_WORK INSTRUCTION_
From the entries below, return only the lines starting at the one that contains "#207=CARTESIAN_POINT('',(0.,85.,135.));" and ending at the one that contains "#216=FACE_BOUND('',#215,.T.);", exactly as they stand.

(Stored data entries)
--------------------------------

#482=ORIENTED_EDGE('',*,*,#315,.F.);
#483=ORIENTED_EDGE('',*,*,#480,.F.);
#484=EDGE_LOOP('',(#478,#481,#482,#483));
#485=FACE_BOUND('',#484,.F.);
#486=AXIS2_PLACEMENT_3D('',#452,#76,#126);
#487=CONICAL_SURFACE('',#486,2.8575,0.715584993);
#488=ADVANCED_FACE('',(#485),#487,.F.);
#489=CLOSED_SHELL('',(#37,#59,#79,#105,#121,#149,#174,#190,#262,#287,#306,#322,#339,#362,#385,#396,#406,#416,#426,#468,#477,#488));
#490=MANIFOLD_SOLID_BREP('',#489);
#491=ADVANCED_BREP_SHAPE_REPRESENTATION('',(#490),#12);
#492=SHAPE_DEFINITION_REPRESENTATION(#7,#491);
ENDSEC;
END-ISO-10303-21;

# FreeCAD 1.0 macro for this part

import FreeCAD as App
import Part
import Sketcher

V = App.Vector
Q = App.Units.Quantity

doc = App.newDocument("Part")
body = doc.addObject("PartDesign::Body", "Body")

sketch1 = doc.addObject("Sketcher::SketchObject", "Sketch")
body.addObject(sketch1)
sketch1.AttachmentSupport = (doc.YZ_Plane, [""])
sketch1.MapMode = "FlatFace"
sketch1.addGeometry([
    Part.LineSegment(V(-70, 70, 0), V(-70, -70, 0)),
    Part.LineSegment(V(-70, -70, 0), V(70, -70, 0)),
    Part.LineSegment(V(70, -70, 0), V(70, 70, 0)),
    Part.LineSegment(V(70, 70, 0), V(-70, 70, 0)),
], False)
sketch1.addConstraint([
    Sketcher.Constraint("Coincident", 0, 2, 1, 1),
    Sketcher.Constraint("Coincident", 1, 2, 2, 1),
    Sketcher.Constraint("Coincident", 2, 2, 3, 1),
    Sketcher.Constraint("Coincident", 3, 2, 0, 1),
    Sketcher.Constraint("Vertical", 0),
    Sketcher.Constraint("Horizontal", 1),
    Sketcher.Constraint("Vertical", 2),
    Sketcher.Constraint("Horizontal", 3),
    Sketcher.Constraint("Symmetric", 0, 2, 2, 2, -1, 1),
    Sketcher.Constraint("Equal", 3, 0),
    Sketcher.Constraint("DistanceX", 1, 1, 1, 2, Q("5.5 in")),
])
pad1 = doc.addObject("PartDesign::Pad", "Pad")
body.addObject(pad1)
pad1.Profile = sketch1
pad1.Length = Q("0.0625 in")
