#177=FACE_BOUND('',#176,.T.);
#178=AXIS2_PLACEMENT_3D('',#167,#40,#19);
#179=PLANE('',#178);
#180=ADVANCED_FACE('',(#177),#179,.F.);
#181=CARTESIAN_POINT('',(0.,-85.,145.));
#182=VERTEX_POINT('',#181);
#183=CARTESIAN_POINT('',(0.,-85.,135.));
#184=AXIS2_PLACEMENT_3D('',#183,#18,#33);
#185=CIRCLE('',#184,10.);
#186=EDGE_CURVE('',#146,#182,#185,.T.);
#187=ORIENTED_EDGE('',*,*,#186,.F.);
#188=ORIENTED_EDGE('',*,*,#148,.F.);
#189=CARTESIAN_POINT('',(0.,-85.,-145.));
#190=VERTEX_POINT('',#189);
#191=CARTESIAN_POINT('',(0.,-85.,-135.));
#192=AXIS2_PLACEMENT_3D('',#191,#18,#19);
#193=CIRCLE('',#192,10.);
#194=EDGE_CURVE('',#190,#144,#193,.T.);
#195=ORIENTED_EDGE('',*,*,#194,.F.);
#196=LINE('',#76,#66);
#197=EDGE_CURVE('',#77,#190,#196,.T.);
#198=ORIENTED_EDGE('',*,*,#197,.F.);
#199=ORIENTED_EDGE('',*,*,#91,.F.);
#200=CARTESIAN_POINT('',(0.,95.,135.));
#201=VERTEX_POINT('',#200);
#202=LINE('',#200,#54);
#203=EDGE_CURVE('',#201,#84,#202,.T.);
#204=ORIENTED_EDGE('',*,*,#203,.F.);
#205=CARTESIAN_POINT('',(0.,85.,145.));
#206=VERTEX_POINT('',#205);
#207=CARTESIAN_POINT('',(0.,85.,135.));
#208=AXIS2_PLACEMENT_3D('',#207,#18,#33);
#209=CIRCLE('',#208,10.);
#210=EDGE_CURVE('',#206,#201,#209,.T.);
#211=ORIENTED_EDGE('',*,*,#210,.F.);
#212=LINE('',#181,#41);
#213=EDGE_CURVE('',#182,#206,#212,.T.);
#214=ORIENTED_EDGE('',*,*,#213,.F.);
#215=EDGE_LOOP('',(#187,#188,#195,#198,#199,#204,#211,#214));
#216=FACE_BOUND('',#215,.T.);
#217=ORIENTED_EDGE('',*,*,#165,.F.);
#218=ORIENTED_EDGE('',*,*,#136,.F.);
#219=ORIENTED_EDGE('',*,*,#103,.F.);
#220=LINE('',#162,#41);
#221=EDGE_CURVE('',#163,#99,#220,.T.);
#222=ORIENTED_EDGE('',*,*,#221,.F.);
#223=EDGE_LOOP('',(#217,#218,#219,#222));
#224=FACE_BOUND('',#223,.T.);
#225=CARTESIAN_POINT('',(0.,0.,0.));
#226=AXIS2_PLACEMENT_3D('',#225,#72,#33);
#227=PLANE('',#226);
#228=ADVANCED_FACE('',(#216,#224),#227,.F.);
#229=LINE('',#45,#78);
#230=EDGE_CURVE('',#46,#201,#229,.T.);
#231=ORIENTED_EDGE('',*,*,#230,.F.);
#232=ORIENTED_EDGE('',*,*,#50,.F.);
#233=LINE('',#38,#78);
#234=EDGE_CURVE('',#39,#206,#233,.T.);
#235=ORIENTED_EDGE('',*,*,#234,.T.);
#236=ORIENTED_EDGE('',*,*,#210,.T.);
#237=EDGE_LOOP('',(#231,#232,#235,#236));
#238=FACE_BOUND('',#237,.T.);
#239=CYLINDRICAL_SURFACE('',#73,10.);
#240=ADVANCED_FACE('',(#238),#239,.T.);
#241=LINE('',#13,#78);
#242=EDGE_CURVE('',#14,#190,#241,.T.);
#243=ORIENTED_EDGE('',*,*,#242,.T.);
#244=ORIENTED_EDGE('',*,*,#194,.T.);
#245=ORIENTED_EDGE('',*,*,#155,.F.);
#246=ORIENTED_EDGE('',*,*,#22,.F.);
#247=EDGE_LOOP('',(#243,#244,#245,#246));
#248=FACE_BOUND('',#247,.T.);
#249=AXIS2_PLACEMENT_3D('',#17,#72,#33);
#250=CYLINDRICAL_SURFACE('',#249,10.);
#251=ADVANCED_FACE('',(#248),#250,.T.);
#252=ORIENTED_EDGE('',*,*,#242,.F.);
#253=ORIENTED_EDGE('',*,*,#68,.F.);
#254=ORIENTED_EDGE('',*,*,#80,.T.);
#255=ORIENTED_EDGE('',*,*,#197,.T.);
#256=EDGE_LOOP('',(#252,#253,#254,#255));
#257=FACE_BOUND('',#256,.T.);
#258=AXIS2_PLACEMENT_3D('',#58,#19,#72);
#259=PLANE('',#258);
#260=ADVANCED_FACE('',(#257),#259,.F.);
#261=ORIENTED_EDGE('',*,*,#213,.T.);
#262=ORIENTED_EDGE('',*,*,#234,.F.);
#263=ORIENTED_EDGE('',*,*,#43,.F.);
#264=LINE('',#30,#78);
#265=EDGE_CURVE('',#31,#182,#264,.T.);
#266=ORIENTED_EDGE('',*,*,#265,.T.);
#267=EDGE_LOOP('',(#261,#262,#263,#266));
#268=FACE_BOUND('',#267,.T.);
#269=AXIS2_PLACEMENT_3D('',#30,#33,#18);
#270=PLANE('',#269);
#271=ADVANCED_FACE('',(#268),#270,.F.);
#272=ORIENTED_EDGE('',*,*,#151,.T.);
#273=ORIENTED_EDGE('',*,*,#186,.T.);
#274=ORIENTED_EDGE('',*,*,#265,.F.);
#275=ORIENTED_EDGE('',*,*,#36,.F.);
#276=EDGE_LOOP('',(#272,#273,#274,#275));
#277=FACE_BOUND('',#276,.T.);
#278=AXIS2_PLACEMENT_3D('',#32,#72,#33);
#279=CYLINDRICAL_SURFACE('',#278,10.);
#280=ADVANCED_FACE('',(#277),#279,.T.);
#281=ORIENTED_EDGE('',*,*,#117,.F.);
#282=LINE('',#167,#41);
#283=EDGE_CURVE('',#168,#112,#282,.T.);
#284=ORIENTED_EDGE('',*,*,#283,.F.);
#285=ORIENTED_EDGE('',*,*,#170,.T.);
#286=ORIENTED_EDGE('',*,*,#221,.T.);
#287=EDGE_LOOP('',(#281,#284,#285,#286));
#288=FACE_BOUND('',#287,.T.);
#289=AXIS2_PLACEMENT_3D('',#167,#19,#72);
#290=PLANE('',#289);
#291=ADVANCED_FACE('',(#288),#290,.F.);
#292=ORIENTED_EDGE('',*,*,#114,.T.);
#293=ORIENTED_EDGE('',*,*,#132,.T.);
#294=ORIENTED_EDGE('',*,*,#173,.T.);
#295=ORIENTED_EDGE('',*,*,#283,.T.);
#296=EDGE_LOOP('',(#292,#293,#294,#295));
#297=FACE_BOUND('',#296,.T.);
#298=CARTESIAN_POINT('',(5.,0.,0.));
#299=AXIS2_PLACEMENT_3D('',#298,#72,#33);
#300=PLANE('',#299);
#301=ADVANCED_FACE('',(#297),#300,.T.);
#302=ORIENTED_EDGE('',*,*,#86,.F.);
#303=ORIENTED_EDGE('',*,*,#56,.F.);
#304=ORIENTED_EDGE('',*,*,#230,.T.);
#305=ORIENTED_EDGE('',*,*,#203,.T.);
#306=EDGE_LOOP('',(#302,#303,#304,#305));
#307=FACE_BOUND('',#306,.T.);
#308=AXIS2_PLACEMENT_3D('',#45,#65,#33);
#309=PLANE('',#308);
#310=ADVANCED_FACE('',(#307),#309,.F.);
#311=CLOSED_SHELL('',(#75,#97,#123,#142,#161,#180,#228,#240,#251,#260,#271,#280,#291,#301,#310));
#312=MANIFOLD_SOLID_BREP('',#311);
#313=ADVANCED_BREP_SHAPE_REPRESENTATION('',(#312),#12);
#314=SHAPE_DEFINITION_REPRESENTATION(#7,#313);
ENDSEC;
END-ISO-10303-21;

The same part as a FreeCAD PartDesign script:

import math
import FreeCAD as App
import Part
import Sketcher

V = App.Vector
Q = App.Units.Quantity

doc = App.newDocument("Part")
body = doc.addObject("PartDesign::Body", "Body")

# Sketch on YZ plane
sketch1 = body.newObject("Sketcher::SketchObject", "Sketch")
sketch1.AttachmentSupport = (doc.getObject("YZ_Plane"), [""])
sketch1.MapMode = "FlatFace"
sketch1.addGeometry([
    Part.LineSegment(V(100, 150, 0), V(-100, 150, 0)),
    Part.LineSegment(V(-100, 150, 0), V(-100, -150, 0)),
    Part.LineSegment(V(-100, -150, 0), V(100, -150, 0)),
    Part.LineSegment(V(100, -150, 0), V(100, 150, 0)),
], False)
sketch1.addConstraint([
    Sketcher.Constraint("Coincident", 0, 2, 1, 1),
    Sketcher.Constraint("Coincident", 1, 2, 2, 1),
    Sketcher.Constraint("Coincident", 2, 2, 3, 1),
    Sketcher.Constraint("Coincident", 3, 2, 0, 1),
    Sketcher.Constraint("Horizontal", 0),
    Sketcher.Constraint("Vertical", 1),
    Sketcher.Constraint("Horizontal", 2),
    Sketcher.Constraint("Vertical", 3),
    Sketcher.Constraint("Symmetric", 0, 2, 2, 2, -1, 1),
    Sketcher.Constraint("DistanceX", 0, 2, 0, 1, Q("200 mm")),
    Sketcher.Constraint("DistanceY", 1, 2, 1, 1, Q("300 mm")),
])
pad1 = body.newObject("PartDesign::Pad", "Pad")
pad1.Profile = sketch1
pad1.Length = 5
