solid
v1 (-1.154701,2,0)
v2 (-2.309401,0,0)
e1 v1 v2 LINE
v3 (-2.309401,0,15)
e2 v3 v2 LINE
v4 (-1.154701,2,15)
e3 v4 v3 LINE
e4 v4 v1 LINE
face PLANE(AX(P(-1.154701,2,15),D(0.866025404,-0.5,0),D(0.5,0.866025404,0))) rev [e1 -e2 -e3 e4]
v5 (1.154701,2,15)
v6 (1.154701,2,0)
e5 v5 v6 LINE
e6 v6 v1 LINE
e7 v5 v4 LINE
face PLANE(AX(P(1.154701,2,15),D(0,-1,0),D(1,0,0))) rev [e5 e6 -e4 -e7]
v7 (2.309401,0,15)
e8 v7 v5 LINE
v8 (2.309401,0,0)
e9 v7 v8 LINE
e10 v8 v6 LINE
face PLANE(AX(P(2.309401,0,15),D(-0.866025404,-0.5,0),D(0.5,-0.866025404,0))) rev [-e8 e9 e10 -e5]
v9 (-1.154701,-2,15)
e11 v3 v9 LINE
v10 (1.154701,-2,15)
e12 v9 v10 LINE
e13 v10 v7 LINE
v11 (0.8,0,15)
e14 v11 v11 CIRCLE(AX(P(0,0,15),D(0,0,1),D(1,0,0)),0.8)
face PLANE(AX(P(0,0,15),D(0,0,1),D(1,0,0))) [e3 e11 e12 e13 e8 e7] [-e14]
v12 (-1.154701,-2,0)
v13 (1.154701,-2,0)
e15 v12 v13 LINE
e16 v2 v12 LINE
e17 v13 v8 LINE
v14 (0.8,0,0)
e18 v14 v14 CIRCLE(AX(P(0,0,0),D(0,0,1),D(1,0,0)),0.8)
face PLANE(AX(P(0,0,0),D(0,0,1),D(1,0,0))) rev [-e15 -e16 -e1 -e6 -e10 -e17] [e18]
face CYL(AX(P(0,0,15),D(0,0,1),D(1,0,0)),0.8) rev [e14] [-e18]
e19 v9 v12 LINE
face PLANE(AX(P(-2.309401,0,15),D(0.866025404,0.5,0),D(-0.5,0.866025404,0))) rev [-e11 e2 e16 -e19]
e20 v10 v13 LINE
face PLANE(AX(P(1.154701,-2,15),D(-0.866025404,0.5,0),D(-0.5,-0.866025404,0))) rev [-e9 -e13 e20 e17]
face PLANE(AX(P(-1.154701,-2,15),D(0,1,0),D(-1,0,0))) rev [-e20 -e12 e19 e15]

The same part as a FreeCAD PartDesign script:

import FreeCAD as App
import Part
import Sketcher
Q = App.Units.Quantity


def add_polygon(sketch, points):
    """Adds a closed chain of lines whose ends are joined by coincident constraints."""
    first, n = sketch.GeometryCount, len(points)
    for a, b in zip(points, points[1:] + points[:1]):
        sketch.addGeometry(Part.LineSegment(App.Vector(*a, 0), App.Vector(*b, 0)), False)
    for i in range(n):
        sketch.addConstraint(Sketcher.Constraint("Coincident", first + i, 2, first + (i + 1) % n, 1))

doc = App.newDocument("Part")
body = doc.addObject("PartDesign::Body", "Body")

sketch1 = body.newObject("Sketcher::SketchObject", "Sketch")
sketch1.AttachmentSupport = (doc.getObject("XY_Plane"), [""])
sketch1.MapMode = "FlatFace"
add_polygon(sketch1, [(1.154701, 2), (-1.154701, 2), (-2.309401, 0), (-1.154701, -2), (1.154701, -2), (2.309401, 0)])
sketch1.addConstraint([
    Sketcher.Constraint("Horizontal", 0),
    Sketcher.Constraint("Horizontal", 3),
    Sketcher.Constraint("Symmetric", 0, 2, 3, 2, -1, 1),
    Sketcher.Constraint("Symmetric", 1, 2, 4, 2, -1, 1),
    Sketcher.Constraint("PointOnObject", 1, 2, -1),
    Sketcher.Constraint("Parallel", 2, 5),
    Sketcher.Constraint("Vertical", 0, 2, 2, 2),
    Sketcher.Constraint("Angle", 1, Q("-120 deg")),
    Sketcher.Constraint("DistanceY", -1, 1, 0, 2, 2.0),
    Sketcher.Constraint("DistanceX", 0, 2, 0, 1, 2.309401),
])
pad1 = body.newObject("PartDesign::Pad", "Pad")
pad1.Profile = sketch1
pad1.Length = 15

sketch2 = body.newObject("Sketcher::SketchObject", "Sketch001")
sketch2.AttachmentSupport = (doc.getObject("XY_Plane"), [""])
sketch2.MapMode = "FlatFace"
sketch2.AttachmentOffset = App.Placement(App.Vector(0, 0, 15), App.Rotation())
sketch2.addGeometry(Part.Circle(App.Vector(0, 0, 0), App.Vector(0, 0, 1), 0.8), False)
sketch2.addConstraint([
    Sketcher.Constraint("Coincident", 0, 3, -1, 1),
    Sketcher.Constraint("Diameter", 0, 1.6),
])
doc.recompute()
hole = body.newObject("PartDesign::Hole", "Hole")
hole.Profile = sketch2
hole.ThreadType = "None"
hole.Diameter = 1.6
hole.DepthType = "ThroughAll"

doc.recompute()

--------------------------------

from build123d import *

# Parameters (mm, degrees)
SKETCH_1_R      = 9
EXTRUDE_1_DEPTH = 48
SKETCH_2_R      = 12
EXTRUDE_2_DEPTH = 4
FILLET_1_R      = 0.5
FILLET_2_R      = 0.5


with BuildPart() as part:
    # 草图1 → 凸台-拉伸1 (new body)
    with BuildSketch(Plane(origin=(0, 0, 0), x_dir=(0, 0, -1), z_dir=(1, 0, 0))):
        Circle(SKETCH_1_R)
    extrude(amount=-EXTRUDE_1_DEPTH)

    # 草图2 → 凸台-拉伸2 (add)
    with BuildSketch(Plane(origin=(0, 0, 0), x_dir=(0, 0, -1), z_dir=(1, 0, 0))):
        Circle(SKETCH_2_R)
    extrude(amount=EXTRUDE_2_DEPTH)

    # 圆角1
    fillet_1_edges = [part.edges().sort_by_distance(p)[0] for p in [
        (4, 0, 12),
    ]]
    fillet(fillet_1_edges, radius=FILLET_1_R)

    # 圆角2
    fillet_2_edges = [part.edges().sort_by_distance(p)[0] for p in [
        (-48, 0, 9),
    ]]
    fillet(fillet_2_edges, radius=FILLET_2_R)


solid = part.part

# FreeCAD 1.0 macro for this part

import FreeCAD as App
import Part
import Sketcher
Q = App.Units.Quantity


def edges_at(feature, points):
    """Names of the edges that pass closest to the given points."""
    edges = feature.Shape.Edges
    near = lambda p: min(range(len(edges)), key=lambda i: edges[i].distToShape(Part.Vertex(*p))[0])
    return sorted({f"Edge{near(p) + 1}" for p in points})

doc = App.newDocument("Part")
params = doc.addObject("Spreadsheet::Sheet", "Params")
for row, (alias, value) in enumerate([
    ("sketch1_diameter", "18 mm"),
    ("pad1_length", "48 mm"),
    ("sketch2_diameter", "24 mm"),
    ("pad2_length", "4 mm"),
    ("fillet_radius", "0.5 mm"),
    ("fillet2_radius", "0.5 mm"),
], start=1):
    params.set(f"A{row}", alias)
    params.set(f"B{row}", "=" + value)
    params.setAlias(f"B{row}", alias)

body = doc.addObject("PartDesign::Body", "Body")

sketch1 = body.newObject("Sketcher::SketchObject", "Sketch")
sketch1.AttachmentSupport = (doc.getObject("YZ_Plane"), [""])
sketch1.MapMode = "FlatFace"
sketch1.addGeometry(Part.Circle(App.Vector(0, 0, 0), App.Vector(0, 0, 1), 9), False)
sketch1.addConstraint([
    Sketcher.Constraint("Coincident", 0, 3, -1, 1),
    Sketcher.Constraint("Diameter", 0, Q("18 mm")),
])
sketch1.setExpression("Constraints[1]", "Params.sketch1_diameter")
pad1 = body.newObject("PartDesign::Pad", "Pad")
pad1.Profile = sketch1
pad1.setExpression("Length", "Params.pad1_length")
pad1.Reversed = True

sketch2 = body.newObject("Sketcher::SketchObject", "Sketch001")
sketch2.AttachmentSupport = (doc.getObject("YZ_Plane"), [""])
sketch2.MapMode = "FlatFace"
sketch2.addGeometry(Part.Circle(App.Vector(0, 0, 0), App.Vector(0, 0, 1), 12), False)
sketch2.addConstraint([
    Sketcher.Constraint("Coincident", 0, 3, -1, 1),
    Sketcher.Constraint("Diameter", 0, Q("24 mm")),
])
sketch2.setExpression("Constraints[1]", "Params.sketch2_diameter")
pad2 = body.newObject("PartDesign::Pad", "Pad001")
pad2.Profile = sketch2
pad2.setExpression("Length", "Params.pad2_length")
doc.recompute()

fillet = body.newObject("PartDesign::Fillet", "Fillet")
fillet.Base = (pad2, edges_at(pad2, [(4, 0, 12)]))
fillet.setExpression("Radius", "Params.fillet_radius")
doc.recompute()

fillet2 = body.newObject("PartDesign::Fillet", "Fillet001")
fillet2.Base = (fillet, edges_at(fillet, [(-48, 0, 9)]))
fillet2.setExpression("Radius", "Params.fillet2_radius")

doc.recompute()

--------------------------------

_SOLUTION TO THIS PROBLEM_
#207=CARTESIAN_POINT('',(0.,85.,135.));
#208=AXIS2_PLACEMENT_3D('',#207,#18,#33);
#209=CIRCLE('',#208,10.);
#210=EDGE_CURVE('',#206,#201,#209,.T.);
#211=ORIENTED_EDGE('',*,*,#210,.F.);
#212=LINE('',#181,#41);
#213=EDGE_CURVE('',#182,#206,#212,.T.);
#214=ORIENTED_EDGE('',*,*,#213,.F.);
#215=EDGE_LOOP('',(#187,#188,#195,#198,#199,#204,#211,#214));
#216=FACE_BOUND('',#215,.T.);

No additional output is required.